The classes are Introduction to Urban Education, which includes a 30-hour field component; Race, Class and Gender in Schools; and Exploring Education with an Urban Focus, which has a 15-hour field component in urban schools.
Through the TOC funding, two courses will see enhancements, according to Burns Thomas. The Race, Class and Gender in Schools course will add a school-based service learning component. That course also will become part of a C.U.R.E. student’s first year learning community and will include an experience tutoring in a high-poverty school.
The Exploring Education with an Urban Focus will include increased hours as it will become one of the courses taken during the new 10-month Clinically Rich Experience. The course will include a semester-long experience at H.W. Smith K-8 School in Syracuse, according to Burns Thomas.

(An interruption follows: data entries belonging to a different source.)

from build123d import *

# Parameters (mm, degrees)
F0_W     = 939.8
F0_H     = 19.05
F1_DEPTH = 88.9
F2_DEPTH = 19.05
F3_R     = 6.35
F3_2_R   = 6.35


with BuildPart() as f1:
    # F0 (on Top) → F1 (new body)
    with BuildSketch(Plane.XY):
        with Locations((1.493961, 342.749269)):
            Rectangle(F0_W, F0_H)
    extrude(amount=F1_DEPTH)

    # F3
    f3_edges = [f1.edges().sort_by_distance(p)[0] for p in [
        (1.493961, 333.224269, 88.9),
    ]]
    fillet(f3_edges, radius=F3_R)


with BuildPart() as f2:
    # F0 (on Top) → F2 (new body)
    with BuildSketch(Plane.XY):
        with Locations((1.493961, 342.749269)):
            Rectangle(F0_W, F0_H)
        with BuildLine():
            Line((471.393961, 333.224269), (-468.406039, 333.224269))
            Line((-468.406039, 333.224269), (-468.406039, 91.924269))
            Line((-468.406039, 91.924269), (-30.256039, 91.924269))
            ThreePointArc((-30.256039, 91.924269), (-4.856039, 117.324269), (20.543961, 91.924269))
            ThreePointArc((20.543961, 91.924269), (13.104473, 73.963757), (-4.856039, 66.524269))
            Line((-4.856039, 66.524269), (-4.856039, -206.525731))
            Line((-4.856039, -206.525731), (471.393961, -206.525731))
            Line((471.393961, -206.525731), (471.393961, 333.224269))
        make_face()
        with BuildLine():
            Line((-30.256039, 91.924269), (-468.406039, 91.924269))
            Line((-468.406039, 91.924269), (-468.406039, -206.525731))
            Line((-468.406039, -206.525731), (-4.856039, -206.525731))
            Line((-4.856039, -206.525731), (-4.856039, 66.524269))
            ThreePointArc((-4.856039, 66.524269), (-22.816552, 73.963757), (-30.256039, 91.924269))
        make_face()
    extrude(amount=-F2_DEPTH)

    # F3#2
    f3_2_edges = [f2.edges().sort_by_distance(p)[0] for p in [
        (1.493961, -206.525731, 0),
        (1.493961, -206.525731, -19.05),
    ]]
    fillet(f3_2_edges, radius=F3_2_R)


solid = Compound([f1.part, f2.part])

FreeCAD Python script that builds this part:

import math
import FreeCAD as App
import Part
import Sketcher
Q = App.Units.Quantity


def edges_at(feature, points):
    """Names of the edges that pass closest to the given points."""
    edges = feature.Shape.Edges
    near = lambda p: min(range(len(edges)), key=lambda i: edges[i].distToShape(Part.Vertex(*p))[0])
    return sorted({f"Edge{near(p) + 1}" for p in points})

doc = App.newDocument("Part")
params = doc.addObject("Spreadsheet::Sheet", "Params")
for row, (alias, value) in enumerate([
    ("sketch1_width", "37 in"),
    ("sketch1_height", "0.75 in"),
    ("pad1_length", "3.5 in"),
    ("fillet_radius", "0.25 in"),
    ("sketch2_radius", "1 in"),
    ("sketch2_width", "37 in"),
    ("sketch2_height", "22 in"),
    ("pad2_length", "0.75 in"),
    ("fillet2_radius", "0.25 in"),
], start=1):
    params.set(f"A{row}", alias)
    params.set(f"B{row}", "=" + value)
    params.setAlias(f"B{row}", alias)

body = doc.addObject("PartDesign::Body", "Body")

# Sketch on XY plane
sketch1 = doc.addObject("Sketcher::SketchObject", "Sketch")
body.addObject(sketch1)
sketch1.AttachmentSupport = (doc.XY_Plane, [""])
sketch1.MapMode = "FlatFace"
sketch1.addGeometry([
    Part.LineSegment(App.Vector(-468, 352, 0), App.Vector(-468, 333, 0)),
    Part.LineSegment(App.Vector(-468, 333, 0), App.Vector(471, 333, 0)),
    Part.LineSegment(App.Vector(471, 333, 0), App.Vector(471, 352, 0)),
    Part.LineSegment(App.Vector(471, 352, 0), App.Vector(-468, 352, 0)),
], False)
sketch1.addConstraint([
    Sketcher.Constraint("Coincident", 0, 2, 1, 1),
    Sketcher.Constraint("Coincident", 1, 2, 2, 1),
    Sketcher.Constraint("Coincident", 2, 2, 3, 1),
    Sketcher.Constraint("Coincident", 3, 2, 0, 1),
    Sketcher.Constraint("Vertical", 0),
    Sketcher.Constraint("Horizontal", 1),
    Sketcher.Constraint("Vertical", 2),
    Sketcher.Constraint("Horizontal", 3),
    Sketcher.Constraint("DistanceX", 1, 1, 1, 2, Q("37 in")),
    Sketcher.Constraint("DistanceY", 0, 2, 0, 1, Q("0.75 in")),
    Sketcher.Constraint("DistanceX", 0, 2, -1, 1, Q("468.406039 mm")),
    Sketcher.Constraint("DistanceY", -1, 1, 0, 2, Q("333.224269 mm")),
])
sketch1.setExpression("Constraints[8]", "Params.sketch1_width")
sketch1.setExpression("Constraints[9]", "Params.sketch1_height")
pad1 = doc.addObject("PartDesign::Pad", "Pad")
body.addObject(pad1)
pad1.Profile = sketch1
pad1.setExpression("Length", "Params.pad1_length")
doc.recompute()

fillet = doc.addObject("PartDesign::Fillet", "Fillet")
body.addObject(fillet)
fillet.Base = (pad1, edges_at(pad1, [(1.494, 333.224, 88.9)]))
fillet.setExpression("Radius", "Params.fillet_radius")
body2 = doc.addObject("PartDesign::Body", "Body001")

# Sketch on XY plane
sketch2 = doc.addObject("Sketcher::SketchObject", "Sketch001")
body2.addObject(sketch2)
sketch2.AttachmentSupport = (doc.getObject("XY_Plane001"), [""])
sketch2.MapMode = "FlatFace"
sketch2.addGeometry([
    Part.LineSegment(App.Vector(-468, 352, 0), App.Vector(-468, -207, 0)),  # 0
    Part.LineSegment(App.Vector(-468, -207, 0), App.Vector(471, -207, 0)),  # 1
    Part.LineSegment(App.Vector(471, -207, 0), App.Vector(471, 352, 0)),  # 2
    Part.LineSegment(App.Vector(471, 352, 0), App.Vector(-468, 352, 0)),  # 3
    Part.ArcOfCircle(Part.Circle(App.Vector(-5, 92, 0), App.Vector(0, 0, 1), 25), math.radians(0), math.radians(180)),  # 4
    Part.ArcOfCircle(Part.Circle(App.Vector(-5, 92, 0), App.Vector(0, 0, 1), 25), math.radians(-90), math.radians(0)),  # 5
    Part.ArcOfCircle(Part.Circle(App.Vector(-5, 92, 0), App.Vector(0, 0, 1), 25), math.radians(180), math.radians(270)),  # 6
], False)
sketch2.addConstraint([
    Sketcher.Constraint("Coincident", 0, 2, 1, 1),
    Sketcher.Constraint("Coincident", 1, 2, 2, 1),
    Sketcher.Constraint("Coincident", 2, 2, 3, 1),
    Sketcher.Constraint("Coincident", 3, 2, 0, 1),
    Sketcher.Constraint("Tangent", 4, 1, 5, 2),
    Sketcher.Constraint("Tangent", 5, 1, 6, 2),
    Sketcher.Constraint("Tangent", 6, 1, 4, 2),
    Sketcher.Constraint("Vertical", 0),
    Sketcher.Constraint("Horizontal", 1),
    Sketcher.Constraint("Vertical", 2),
    Sketcher.Constraint("Horizontal", 3),
    Sketcher.Constraint("Horizontal", 6, 3, 4, 1),
    Sketcher.Constraint("Horizontal", 4, 1, 6, 1),
    Sketcher.Constraint("Vertical", 6, 3, 5, 1),
    Sketcher.Constraint("Radius", 4, Q("1 in")),
    Sketcher.Constraint("DistanceX", 1, 1, 1, 2, Q("37 in")),
    Sketcher.Constraint("DistanceY", 0, 2, 0, 1, Q("22 in")),
    Sketcher.Constraint("DistanceX", 0, 2, 6, 3, Q("18.25 in")),
    Sketcher.Constraint("DistanceY", 0, 2, 6, 3, Q("11.75 in")),
    Sketcher.Constraint("DistanceX", 4, 3, -1, 1, Q("4.856039 mm")),
    Sketcher.Constraint("DistanceY", -1, 1, 4, 3, Q("91.924269 mm")),
])
sketch2.setExpression("Constraints[14]", "Params.sketch2_radius")
sketch2.setExpression("Constraints[15]", "Params.sketch2_width")
sketch2.setExpression("Constraints[16]", "Params.sketch2_height")
pad2 = doc.addObject("PartDesign::Pad", "Pad001")
body2.addObject(pad2)
pad2.Profile = sketch2
pad2.setExpression("Length", "Params.pad2_length")
pad2.Reversed = True
doc.recompute()

fillet2 = doc.addObject("PartDesign::Fillet", "Fillet001")
body2.addObject(fillet2)
fillet2.Base = (pad2, edges_at(pad2, [(1.494, -206.526, 0), (1.494, -206.526, -19.05)]))
fillet2.setExpression("Radius", "Params.fillet2_radius")

doc.recompute()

“We’re really hoping that some of the things that are the best practices in C.U.R.E. we can support institutionally because developing high quality teachers for urban settings is something we want to share across the College,” Lachance said. “So the program is open to any education major preparing to teach in an urban school.”
For students enrolled in teacher preparation tracks but not the C.U.R.E. program, the school offers an official transcript endorsement for those who used C.U.R.E. programing to learn how to teach in urban schools, Lachance noted.
C.U.R.E. operates on the theory that the scholarship money helps recruit smart kids from groups underrepresented in teaching. Many of these bright young people are first generation college students who might receive advice or feel internal pressure to choose a career that seems more lucrative than teaching, Burns Thomas said.
“Tuition support reinforces the value that society places on teaching careers, making the choice of a major leading to teacher certification possible,” she said.
“An ever-increasing body of research points to the need for more teachers from underrepresented groups who are qualified and prepared to teach students in underserved areas,” Burns Thomas said. “The TOC/C.U.R.E. Program will build on the success of the C.U.R.E. program to meet that need through research-based experience and best practices.”